HOW TO COMPLETE THIS TASK>
Your answer must consist of exactly the lines below, starting with the line with "#273=CARTESIAN_POINT('',(56.142392,25.4,61.904834));" and going on through the line with "#276=EDGE_CURVE('',#257,#203,#275,.T.);", and nothing else.

DATA SECTION>
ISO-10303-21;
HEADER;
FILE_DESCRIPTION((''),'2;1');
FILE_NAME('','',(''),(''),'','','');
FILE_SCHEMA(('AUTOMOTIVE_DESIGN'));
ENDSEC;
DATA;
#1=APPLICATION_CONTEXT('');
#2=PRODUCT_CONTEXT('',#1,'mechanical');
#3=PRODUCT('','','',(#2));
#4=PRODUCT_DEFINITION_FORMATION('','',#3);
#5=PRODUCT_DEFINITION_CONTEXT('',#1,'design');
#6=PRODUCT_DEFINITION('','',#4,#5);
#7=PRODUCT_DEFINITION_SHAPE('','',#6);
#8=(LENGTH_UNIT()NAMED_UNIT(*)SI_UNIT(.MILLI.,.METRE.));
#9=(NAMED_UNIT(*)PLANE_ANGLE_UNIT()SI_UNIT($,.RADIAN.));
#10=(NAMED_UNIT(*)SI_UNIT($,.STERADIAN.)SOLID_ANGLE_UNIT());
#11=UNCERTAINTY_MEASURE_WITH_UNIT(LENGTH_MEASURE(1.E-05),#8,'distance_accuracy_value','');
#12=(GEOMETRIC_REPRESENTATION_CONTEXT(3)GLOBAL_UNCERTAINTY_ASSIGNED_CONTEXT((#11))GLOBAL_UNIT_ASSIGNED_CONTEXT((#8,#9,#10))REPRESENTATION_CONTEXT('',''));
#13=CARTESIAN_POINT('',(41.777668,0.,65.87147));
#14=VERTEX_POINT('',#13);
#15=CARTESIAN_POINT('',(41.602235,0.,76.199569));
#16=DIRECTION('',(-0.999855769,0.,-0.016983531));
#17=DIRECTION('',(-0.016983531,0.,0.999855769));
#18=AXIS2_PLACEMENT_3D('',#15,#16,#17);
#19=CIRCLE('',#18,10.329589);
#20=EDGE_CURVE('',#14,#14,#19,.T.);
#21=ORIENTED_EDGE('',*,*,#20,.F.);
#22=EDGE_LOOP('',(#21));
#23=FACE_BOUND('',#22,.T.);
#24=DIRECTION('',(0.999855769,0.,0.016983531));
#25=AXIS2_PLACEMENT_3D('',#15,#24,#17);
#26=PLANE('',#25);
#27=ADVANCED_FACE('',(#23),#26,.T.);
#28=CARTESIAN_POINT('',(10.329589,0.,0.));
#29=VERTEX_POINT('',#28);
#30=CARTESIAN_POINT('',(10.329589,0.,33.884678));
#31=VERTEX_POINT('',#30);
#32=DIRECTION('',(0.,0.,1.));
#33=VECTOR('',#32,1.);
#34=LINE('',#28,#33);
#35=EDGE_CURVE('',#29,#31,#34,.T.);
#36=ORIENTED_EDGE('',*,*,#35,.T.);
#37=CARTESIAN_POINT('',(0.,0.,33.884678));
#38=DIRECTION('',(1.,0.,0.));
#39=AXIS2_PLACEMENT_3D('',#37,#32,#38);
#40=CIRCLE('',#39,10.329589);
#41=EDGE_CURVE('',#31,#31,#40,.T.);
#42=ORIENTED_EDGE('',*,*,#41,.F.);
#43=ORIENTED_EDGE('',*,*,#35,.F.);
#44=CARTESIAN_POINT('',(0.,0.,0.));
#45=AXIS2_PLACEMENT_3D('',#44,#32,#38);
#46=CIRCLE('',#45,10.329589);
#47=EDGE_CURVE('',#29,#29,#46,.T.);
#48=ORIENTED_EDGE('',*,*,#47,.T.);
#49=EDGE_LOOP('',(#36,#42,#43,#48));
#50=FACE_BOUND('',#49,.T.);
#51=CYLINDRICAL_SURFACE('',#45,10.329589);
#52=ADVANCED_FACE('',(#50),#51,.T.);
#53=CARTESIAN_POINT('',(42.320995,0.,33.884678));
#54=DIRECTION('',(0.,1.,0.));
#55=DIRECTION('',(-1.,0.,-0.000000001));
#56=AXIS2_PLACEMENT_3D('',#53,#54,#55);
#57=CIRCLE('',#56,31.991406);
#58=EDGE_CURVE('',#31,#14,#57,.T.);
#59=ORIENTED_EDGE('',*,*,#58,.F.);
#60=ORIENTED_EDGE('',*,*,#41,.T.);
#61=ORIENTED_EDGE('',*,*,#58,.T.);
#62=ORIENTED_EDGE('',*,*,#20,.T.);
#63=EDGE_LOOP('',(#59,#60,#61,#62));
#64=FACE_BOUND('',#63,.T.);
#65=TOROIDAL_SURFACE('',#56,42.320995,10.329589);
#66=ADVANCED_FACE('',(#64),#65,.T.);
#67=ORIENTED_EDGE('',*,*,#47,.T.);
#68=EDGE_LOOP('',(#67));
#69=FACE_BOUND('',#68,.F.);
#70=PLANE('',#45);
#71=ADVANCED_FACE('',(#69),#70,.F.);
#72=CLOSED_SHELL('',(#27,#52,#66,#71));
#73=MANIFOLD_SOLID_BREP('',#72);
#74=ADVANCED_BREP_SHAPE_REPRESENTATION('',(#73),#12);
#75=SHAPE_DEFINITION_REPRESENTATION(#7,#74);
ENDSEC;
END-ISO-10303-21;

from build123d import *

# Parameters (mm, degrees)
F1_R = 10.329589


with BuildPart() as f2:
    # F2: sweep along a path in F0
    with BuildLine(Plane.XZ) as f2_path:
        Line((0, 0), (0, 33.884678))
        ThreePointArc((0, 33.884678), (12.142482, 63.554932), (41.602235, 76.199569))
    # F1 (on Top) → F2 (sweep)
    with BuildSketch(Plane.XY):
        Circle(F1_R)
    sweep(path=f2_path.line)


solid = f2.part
...
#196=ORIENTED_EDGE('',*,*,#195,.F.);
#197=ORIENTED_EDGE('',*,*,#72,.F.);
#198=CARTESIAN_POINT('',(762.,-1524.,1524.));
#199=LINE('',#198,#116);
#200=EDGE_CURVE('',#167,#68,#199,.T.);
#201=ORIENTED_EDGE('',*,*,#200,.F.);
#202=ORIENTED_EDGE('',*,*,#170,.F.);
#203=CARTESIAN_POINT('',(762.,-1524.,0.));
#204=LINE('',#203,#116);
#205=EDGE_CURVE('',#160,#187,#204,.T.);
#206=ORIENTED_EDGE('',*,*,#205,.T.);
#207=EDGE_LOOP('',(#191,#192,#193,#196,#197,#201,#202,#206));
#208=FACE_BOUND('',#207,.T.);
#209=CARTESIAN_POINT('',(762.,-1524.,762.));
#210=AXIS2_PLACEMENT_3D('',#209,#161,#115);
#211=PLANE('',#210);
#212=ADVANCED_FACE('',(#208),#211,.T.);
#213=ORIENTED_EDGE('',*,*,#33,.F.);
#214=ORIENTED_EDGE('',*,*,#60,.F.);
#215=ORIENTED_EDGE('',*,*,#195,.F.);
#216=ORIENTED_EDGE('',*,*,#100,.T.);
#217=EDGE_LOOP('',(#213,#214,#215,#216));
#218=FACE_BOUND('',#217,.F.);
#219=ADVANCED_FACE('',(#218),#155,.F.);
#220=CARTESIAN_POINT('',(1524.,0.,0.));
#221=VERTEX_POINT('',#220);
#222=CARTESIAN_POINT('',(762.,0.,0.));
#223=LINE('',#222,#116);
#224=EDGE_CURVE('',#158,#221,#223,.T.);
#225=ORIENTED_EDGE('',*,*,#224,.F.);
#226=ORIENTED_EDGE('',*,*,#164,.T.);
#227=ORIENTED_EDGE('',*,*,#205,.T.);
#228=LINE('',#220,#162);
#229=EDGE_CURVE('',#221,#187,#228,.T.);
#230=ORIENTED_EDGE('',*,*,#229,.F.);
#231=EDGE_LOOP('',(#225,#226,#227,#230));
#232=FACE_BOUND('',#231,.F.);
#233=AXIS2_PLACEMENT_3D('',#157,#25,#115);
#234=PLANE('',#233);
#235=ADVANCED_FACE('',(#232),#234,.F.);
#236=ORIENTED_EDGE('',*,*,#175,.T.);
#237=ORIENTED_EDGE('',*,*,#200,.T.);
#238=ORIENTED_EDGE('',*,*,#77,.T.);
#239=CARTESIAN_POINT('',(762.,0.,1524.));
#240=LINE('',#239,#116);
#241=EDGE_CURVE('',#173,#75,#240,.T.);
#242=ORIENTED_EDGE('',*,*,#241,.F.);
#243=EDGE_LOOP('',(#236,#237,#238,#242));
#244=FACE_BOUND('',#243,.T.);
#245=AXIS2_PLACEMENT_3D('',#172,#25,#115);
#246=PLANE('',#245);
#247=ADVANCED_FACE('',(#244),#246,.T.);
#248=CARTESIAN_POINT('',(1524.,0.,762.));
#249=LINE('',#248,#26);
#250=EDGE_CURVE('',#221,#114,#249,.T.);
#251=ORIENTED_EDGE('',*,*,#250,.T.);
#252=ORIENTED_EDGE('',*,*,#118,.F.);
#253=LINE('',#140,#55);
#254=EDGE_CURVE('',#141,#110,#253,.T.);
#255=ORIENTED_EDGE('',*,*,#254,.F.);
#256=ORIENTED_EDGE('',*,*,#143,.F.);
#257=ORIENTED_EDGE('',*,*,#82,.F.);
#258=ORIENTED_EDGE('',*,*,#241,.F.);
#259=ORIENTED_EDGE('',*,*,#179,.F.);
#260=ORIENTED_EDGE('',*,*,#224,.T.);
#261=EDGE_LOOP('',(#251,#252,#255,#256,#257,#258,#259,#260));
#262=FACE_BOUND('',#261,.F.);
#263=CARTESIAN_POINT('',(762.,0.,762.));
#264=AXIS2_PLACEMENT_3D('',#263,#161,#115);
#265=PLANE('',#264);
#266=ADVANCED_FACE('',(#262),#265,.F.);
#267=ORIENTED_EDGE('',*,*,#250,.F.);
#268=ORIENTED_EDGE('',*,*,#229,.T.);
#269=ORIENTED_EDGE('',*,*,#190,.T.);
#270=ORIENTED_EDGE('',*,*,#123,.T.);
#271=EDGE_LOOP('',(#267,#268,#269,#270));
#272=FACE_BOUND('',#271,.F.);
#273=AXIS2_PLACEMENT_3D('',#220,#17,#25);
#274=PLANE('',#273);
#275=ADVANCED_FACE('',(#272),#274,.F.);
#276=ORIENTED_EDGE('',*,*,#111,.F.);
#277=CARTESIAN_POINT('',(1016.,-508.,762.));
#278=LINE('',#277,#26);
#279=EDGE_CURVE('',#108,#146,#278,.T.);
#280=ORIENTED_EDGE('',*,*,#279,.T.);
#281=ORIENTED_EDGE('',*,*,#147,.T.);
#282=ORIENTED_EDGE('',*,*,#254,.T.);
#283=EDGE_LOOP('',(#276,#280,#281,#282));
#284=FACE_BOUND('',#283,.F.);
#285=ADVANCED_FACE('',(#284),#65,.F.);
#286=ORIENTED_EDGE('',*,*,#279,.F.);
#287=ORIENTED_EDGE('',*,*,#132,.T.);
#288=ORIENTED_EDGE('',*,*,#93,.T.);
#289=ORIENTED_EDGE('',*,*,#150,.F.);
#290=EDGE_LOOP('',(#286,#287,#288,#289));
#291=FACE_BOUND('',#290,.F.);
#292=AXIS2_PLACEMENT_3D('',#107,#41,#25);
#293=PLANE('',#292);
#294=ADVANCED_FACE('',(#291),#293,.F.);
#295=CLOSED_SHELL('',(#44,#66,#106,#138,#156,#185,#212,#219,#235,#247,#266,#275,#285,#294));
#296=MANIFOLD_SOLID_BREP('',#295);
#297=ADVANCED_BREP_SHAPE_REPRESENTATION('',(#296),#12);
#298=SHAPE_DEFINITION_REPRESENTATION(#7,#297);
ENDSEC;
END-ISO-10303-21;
* * *
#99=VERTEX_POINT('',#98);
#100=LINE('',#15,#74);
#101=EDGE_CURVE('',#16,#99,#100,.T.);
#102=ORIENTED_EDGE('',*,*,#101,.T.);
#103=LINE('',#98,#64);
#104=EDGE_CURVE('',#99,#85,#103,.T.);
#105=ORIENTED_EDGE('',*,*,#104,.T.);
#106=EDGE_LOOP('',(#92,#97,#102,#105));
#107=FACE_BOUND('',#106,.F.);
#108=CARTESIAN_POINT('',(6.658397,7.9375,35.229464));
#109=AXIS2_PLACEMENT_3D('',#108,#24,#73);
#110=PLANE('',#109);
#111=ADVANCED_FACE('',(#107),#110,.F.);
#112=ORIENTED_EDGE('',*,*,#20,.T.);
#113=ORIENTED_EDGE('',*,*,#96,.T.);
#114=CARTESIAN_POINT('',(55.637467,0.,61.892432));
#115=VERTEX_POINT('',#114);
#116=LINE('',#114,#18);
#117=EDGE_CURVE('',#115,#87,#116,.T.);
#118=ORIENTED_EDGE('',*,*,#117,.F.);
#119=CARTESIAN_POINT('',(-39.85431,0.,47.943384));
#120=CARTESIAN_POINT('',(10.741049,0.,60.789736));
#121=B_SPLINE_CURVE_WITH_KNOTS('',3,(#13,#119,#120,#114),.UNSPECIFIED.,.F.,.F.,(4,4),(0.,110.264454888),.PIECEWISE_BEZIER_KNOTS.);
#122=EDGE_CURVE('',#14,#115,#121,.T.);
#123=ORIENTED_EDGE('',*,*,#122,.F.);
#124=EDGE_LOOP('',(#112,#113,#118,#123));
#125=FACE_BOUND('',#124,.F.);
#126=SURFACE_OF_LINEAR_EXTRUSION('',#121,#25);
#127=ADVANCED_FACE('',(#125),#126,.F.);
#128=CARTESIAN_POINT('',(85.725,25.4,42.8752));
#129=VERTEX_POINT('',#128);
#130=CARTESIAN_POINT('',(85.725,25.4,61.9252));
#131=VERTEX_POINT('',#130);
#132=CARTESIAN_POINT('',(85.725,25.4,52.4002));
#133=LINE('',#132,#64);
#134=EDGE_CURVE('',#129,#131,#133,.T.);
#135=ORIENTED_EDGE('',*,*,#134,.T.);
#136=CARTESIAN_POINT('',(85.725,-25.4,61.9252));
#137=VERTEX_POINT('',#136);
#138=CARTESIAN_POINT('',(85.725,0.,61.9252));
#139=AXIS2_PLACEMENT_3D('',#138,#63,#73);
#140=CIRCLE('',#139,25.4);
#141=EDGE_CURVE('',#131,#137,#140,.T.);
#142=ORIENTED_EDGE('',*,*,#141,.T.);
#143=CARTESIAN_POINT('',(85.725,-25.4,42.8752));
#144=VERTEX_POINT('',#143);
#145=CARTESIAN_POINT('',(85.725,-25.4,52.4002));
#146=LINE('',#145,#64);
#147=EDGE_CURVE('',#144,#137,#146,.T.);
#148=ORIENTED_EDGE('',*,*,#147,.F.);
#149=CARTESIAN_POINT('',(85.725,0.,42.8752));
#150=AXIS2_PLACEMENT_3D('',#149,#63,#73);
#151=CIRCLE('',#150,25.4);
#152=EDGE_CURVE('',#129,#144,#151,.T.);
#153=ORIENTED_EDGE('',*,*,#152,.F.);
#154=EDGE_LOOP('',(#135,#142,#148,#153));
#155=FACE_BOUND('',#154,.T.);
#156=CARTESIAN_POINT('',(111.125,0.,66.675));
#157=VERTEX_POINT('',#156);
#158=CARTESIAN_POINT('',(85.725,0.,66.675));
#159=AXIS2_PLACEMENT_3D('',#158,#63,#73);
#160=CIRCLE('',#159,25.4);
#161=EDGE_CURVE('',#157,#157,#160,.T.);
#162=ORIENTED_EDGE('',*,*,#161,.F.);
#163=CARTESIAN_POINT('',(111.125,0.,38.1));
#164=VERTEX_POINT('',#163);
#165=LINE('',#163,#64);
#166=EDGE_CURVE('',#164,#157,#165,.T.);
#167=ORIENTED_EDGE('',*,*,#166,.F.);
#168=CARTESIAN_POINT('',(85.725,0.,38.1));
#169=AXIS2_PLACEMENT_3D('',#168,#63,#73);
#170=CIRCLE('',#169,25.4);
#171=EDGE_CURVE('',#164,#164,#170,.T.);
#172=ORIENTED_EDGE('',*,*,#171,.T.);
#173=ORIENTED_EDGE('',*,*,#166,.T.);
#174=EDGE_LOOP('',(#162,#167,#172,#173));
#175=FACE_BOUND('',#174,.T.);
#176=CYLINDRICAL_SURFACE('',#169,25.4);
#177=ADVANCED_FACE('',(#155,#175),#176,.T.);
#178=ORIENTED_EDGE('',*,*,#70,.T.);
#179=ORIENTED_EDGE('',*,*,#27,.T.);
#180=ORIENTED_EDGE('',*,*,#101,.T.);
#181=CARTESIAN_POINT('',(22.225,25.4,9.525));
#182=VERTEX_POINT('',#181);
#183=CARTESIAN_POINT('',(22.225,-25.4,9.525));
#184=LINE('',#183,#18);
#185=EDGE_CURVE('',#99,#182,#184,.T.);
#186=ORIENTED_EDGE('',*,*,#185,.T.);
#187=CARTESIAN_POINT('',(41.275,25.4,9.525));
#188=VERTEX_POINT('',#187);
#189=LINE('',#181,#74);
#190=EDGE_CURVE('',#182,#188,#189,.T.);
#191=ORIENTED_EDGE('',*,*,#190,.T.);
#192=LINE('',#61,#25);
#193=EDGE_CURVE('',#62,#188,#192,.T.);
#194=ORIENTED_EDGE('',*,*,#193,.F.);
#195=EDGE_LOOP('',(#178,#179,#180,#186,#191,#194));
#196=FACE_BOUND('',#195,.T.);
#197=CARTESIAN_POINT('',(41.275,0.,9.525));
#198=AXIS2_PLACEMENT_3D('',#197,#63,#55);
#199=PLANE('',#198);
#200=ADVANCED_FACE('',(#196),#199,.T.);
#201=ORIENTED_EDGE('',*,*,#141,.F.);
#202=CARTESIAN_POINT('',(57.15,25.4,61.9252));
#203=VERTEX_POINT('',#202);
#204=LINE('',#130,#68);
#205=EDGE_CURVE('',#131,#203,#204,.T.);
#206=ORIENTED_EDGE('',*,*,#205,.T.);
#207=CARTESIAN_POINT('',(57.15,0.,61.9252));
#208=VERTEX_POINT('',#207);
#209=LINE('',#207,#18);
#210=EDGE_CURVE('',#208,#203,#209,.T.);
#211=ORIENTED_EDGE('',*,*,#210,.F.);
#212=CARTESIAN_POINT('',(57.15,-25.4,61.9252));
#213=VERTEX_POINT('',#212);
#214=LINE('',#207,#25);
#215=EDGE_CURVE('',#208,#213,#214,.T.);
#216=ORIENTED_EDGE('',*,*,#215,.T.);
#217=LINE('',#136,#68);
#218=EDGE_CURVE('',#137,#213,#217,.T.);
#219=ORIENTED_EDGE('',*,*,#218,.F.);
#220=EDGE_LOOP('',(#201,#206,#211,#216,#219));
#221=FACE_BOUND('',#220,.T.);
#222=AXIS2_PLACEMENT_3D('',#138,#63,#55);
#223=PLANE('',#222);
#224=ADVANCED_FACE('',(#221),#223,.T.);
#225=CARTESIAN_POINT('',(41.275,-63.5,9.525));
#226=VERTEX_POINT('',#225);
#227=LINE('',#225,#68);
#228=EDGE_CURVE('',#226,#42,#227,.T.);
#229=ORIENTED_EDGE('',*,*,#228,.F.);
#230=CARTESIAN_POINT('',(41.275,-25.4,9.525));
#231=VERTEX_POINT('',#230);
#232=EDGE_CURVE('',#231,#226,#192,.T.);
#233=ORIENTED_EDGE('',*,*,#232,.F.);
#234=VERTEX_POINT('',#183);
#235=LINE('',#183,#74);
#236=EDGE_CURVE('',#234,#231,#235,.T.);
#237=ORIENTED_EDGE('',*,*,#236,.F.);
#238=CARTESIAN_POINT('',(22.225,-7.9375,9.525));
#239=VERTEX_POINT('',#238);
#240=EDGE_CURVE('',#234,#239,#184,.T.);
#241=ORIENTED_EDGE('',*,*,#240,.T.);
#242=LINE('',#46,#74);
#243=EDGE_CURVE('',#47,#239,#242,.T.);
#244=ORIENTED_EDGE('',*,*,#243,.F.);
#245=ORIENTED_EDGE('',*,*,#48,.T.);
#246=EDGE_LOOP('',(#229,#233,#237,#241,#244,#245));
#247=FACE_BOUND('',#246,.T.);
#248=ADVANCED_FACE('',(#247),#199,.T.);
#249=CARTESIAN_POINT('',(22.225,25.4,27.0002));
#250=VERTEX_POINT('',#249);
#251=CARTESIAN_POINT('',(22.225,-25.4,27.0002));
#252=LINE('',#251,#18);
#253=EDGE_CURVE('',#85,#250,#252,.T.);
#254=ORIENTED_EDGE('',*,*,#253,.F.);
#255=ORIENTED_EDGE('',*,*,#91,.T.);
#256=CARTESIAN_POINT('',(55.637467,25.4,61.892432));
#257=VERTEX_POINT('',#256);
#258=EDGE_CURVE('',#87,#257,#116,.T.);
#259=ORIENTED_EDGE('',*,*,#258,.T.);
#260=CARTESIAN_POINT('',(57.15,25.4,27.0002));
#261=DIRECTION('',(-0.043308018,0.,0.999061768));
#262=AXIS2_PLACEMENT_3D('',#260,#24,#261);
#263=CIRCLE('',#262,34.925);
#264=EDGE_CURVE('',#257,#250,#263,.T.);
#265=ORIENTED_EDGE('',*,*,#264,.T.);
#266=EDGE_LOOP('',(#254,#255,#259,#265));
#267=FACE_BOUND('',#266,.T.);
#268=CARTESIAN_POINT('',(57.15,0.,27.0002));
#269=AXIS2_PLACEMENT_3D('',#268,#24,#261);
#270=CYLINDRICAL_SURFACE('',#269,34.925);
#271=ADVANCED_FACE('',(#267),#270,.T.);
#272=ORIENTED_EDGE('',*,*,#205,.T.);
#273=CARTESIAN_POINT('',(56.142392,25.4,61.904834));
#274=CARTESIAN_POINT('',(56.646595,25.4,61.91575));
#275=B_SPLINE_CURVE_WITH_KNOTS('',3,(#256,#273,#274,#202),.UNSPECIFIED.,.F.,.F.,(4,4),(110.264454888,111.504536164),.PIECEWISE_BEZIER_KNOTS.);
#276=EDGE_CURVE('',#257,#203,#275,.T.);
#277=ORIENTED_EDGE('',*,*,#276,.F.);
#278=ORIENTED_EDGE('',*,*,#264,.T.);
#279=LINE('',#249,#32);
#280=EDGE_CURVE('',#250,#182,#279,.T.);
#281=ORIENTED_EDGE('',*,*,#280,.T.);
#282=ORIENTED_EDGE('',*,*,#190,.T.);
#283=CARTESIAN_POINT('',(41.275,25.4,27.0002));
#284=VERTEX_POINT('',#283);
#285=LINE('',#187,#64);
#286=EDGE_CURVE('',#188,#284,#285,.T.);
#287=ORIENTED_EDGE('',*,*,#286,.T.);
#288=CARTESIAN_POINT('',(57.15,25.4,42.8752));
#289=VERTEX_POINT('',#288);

EXPECTED ANSWER>
#273=CARTESIAN_POINT('',(56.142392,25.4,61.904834));
#274=CARTESIAN_POINT('',(56.646595,25.4,61.91575));
#275=B_SPLINE_CURVE_WITH_KNOTS('',3,(#256,#273,#274,#202),.UNSPECIFIED.,.F.,.F.,(4,4),(110.264454888,111.504536164),.PIECEWISE_BEZIER_KNOTS.);
#276=EDGE_CURVE('',#257,#203,#275,.T.);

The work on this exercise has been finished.